▶ _PROBLEM DETAILS_:
Repeat exactly the lines from the first line of the records through the line containing "v 2 60 -16.5", and nothing more.

[Saved data entries]
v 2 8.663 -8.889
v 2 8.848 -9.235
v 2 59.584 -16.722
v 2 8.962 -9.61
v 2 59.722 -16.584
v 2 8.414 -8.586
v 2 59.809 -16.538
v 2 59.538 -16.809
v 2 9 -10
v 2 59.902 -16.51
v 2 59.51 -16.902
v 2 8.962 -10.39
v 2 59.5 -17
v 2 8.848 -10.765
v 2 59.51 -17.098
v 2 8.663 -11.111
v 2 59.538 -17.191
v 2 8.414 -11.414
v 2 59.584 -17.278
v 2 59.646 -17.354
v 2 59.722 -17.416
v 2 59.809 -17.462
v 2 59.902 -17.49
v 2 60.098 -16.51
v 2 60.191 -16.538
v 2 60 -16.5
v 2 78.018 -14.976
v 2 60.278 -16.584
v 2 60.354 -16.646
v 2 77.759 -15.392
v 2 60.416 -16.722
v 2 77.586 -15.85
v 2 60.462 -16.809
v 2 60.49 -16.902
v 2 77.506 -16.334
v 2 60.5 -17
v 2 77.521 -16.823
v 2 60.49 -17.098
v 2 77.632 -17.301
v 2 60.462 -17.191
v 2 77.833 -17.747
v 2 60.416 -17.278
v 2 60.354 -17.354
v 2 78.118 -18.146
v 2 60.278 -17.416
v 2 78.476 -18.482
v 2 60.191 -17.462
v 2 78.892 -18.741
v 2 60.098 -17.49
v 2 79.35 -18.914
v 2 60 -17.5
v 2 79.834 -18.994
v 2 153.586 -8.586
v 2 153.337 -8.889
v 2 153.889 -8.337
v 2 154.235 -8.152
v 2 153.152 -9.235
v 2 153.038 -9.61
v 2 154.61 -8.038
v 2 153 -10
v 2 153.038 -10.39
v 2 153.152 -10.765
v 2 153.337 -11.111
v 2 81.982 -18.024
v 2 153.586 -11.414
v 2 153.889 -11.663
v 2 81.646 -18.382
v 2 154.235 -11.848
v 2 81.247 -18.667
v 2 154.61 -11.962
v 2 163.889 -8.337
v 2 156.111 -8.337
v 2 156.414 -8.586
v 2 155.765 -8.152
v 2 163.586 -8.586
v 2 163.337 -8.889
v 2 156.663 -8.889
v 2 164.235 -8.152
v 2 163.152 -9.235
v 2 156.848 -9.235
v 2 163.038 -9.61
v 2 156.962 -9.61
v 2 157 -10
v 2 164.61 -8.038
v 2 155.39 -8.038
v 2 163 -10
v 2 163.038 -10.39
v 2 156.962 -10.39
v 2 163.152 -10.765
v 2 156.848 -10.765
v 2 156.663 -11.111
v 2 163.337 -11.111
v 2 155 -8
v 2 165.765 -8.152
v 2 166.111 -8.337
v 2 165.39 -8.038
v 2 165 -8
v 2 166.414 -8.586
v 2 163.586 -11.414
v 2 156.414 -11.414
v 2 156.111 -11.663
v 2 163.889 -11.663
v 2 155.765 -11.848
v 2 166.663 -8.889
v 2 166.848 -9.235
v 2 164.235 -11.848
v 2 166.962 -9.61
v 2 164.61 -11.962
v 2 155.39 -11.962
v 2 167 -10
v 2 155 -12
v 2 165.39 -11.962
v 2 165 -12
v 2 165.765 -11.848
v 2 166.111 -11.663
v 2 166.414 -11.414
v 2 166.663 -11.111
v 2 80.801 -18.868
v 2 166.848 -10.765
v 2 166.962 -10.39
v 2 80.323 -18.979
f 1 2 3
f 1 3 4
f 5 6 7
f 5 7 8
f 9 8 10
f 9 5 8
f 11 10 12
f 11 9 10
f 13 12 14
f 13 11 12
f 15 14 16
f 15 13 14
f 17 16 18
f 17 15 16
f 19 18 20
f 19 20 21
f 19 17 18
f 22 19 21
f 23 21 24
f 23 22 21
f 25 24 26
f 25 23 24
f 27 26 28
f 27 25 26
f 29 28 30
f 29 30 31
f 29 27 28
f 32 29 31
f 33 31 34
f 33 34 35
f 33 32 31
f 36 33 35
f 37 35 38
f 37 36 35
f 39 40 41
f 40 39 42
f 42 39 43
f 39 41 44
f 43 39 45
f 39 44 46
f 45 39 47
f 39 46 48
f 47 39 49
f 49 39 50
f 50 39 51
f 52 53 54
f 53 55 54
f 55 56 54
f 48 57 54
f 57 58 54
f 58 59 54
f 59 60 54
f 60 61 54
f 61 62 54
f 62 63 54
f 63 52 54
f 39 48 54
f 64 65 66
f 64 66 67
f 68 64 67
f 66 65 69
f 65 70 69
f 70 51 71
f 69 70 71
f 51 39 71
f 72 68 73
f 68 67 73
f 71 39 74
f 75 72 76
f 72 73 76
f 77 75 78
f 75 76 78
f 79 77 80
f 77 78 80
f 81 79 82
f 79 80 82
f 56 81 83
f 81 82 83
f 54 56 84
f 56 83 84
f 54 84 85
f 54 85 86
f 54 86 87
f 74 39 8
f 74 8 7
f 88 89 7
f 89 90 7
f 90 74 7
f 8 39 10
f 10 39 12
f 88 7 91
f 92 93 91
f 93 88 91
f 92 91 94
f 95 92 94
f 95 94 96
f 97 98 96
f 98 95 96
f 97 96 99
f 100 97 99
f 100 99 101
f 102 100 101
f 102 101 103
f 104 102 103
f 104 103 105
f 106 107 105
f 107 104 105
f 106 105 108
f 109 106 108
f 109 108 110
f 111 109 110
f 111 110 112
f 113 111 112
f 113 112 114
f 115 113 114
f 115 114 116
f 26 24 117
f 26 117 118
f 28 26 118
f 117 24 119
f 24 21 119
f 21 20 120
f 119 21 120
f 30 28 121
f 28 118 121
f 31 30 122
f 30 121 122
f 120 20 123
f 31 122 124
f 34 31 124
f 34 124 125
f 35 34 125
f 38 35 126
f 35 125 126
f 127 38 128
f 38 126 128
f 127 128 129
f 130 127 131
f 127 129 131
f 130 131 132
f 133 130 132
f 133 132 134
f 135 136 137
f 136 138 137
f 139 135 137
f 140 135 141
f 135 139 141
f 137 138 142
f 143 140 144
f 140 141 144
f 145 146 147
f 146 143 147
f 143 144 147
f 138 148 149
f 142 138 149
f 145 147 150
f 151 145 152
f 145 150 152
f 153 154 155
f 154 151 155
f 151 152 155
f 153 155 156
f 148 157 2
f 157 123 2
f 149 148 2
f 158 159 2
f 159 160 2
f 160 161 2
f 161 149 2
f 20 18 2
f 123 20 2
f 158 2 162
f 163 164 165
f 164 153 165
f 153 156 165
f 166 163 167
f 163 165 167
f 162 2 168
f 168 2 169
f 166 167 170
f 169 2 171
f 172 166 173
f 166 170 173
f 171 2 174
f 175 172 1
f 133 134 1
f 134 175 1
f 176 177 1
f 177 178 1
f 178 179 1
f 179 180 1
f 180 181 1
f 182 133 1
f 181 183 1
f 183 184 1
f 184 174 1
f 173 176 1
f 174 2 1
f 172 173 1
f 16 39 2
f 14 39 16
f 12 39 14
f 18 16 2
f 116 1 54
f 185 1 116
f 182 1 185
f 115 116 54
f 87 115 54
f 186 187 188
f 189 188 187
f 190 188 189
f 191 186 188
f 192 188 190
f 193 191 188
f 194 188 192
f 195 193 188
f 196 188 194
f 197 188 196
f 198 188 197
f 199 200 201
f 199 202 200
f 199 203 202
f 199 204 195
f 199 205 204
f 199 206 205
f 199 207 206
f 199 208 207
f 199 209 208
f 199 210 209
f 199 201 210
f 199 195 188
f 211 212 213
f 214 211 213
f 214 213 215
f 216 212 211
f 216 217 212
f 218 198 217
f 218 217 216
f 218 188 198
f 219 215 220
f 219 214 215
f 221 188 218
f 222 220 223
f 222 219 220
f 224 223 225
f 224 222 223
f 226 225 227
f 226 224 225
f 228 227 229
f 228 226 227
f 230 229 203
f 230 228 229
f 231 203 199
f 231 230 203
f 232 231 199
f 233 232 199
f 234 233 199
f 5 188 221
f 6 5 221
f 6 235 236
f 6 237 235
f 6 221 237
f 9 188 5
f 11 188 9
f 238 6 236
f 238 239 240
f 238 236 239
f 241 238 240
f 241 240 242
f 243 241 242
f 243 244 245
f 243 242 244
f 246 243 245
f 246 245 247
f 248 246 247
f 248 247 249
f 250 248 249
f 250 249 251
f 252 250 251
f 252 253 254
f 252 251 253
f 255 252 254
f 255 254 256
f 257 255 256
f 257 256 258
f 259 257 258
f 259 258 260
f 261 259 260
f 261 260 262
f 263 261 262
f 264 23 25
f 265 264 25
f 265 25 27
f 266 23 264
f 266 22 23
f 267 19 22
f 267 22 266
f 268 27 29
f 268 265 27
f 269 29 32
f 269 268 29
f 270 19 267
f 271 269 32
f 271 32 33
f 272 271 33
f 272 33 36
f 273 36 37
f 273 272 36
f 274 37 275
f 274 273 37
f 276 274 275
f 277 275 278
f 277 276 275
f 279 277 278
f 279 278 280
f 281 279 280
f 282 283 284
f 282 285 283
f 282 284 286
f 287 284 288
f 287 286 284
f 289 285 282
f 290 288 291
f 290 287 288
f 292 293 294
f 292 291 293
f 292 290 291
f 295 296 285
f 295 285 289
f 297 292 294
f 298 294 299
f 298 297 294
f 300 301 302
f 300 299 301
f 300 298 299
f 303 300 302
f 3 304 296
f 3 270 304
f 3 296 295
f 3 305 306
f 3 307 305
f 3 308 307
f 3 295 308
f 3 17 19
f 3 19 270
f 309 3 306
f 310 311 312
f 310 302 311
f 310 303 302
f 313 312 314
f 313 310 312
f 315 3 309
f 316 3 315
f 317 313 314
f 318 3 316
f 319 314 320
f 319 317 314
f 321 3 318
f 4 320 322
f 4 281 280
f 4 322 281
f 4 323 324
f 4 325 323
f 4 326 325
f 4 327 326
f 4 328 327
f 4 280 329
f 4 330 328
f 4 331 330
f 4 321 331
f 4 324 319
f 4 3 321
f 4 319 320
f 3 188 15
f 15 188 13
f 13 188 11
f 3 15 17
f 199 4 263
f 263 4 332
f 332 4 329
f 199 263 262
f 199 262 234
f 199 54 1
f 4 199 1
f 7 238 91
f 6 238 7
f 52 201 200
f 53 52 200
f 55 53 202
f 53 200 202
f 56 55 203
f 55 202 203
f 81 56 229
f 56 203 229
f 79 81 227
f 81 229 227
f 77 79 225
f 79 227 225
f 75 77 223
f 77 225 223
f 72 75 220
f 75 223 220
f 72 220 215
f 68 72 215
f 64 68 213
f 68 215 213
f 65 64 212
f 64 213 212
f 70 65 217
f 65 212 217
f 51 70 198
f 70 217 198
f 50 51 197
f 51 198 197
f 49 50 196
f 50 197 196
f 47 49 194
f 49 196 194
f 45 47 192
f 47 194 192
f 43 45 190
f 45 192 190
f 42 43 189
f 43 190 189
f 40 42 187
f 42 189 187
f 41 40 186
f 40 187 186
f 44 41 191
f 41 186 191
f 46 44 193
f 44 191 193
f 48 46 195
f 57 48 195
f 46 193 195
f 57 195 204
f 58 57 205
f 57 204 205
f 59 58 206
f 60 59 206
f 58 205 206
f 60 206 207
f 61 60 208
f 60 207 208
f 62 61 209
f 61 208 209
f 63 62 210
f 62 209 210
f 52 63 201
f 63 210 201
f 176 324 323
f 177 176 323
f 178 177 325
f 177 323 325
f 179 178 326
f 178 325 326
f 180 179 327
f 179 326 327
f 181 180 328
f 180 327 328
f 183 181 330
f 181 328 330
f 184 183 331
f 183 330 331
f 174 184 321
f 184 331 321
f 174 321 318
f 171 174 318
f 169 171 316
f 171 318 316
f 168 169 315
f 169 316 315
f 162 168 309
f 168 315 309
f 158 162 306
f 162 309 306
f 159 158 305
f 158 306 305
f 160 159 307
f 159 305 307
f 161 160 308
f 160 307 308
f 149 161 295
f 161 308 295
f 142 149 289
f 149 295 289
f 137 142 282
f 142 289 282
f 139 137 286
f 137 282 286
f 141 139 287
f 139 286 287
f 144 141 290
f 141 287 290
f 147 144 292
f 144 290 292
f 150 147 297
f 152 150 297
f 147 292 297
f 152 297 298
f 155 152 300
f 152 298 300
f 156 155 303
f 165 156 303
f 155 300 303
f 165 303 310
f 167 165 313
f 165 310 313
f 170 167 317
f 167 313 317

▶ _PROBLEM SOLUTION_:
v 2 8.663 -8.889
v 2 8.848 -9.235
v 2 59.584 -16.722
v 2 8.962 -9.61
v 2 59.722 -16.584
v 2 8.414 -8.586
v 2 59.809 -16.538
v 2 59.538 -16.809
v 2 9 -10
v 2 59.902 -16.51
v 2 59.51 -16.902
v 2 8.962 -10.39
v 2 59.5 -17
v 2 8.848 -10.765
v 2 59.51 -17.098
v 2 8.663 -11.111
v 2 59.538 -17.191
v 2 8.414 -11.414
v 2 59.584 -17.278
v 2 59.646 -17.354
v 2 59.722 -17.416
v 2 59.809 -17.462
v 2 59.902 -17.49
v 2 60.098 -16.51
v 2 60.191 -16.538
v 2 60 -16.5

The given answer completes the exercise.